» The data
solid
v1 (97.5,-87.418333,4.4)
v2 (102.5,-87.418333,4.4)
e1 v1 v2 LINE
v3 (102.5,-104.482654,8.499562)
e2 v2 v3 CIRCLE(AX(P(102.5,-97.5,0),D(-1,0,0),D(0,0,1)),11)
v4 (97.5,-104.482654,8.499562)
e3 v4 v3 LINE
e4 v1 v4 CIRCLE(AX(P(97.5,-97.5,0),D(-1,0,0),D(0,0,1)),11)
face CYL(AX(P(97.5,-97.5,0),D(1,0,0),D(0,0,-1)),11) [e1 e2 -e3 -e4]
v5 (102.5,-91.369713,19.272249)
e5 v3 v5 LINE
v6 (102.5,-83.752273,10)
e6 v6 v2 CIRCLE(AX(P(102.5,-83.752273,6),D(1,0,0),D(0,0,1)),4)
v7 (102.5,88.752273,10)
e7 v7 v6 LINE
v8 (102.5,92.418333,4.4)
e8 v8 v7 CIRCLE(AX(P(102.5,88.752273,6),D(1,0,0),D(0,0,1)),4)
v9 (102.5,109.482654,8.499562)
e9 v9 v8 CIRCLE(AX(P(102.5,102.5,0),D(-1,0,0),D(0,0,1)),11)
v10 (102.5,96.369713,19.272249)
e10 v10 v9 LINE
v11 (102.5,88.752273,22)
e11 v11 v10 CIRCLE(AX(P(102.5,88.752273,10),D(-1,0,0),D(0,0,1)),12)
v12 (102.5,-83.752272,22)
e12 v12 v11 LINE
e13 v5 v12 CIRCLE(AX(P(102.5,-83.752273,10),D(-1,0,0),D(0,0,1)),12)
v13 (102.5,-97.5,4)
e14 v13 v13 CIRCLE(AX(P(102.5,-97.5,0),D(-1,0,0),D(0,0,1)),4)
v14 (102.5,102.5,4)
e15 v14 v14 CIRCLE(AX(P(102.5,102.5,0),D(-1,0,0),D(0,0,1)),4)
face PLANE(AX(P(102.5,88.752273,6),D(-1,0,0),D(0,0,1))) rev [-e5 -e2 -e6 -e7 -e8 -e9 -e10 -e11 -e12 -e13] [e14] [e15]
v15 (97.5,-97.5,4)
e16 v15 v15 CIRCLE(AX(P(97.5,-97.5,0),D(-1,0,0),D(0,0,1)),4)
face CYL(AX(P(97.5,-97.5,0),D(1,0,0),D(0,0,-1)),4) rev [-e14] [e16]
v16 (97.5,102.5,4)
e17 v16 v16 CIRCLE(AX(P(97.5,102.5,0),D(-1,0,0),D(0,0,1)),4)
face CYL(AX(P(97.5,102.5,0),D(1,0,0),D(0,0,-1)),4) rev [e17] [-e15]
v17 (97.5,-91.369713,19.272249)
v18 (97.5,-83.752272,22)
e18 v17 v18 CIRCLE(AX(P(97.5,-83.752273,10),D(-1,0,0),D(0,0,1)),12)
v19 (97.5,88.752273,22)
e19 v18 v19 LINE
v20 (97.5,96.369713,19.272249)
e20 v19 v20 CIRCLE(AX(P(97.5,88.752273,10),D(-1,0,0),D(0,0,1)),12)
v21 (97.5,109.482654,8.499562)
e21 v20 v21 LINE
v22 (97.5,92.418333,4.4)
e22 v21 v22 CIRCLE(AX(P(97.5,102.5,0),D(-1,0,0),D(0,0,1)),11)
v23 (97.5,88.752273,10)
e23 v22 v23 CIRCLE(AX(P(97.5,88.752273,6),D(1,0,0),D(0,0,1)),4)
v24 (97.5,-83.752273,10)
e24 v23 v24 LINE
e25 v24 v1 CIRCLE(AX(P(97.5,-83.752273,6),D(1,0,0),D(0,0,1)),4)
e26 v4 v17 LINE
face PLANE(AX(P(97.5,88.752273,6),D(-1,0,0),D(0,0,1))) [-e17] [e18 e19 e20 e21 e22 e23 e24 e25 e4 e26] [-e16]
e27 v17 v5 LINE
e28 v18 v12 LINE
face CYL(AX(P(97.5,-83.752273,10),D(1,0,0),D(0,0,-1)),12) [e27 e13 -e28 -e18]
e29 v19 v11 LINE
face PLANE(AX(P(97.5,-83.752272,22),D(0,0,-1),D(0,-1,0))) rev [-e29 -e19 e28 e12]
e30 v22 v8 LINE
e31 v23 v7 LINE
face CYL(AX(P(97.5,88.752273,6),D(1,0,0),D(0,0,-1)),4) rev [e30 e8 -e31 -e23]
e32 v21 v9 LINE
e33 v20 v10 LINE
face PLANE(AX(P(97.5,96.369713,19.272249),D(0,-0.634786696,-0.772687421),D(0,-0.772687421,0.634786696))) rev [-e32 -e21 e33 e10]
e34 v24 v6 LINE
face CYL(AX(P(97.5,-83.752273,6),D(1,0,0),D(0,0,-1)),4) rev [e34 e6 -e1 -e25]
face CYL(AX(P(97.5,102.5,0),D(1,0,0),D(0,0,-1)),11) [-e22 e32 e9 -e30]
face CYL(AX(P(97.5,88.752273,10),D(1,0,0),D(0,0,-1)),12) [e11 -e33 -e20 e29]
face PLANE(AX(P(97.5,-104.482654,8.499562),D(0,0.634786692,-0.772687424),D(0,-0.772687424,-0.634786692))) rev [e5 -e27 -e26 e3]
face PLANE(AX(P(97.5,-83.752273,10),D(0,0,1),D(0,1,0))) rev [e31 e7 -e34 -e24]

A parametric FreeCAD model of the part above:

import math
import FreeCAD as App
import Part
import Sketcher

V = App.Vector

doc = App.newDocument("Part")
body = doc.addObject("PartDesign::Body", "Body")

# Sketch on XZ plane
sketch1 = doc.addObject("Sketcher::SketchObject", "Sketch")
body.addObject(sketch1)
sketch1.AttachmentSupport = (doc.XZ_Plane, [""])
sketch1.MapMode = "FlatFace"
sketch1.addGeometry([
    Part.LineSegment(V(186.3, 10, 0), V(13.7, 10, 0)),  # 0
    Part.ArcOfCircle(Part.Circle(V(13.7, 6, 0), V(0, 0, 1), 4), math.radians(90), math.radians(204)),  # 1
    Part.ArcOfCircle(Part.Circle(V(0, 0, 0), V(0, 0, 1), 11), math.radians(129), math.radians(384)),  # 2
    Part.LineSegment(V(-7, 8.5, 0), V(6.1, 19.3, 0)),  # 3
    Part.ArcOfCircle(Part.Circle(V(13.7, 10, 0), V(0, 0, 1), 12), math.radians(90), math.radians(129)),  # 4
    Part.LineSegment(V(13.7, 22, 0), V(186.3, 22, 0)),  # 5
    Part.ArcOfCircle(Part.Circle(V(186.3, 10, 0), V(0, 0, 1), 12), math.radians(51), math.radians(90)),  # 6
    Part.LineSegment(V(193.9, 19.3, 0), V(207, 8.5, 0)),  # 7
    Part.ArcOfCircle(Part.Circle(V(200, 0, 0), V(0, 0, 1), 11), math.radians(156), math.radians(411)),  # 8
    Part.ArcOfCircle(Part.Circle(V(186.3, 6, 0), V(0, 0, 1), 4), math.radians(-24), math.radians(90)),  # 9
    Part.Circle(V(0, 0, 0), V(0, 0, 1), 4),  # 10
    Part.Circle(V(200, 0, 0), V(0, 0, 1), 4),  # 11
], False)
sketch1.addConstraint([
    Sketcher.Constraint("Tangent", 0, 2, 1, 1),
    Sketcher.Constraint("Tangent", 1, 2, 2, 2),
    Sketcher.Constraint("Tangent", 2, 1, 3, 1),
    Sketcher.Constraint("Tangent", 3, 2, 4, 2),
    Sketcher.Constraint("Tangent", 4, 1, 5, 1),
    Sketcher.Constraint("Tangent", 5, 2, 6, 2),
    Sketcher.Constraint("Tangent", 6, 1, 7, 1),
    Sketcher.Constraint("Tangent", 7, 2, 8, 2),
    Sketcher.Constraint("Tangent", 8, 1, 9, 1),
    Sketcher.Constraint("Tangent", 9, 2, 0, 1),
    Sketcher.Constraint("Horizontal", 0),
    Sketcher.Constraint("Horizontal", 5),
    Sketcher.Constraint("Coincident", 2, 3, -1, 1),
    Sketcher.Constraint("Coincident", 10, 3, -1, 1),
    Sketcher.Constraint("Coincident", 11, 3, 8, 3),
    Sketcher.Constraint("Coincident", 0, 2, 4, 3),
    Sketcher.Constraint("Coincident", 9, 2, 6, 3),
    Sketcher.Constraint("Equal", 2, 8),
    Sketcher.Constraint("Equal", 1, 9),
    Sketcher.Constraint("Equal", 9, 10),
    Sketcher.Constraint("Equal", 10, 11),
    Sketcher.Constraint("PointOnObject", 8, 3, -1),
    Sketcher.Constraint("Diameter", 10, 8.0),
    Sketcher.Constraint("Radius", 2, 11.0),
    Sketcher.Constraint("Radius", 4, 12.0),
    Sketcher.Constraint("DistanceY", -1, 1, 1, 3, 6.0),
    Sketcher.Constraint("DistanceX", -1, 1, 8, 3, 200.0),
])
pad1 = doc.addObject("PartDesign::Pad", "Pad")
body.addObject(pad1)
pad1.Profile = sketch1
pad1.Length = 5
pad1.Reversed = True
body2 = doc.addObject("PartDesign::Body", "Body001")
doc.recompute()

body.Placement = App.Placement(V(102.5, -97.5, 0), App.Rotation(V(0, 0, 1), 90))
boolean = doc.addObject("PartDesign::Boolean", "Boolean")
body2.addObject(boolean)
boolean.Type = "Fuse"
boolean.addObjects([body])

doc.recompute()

» What this task involves
All that is wanted is an exact copy of the lines above from the one with "e32 v21 v9 LINE" through the one with "face CYL(AX(P(97.5,-83.752273,6),D(1,0,0),D(0,0,-1)),4) rev", with both ends included.

» Solution to this problem
e32 v21 v9 LINE
e33 v20 v10 LINE
face PLANE(AX(P(97.5,96.369713,19.272249),D(0,-0.634786696,-0.772687421),D(0,-0.772687421,0.634786696))) rev [-e32 -e21 e33 e10]
e34 v24 v6 LINE
face CYL(AX(P(97.5,-83.752273,6),D(1,0,0),D(0,0,-1)),4) rev [e34 e6 -e1 -e25]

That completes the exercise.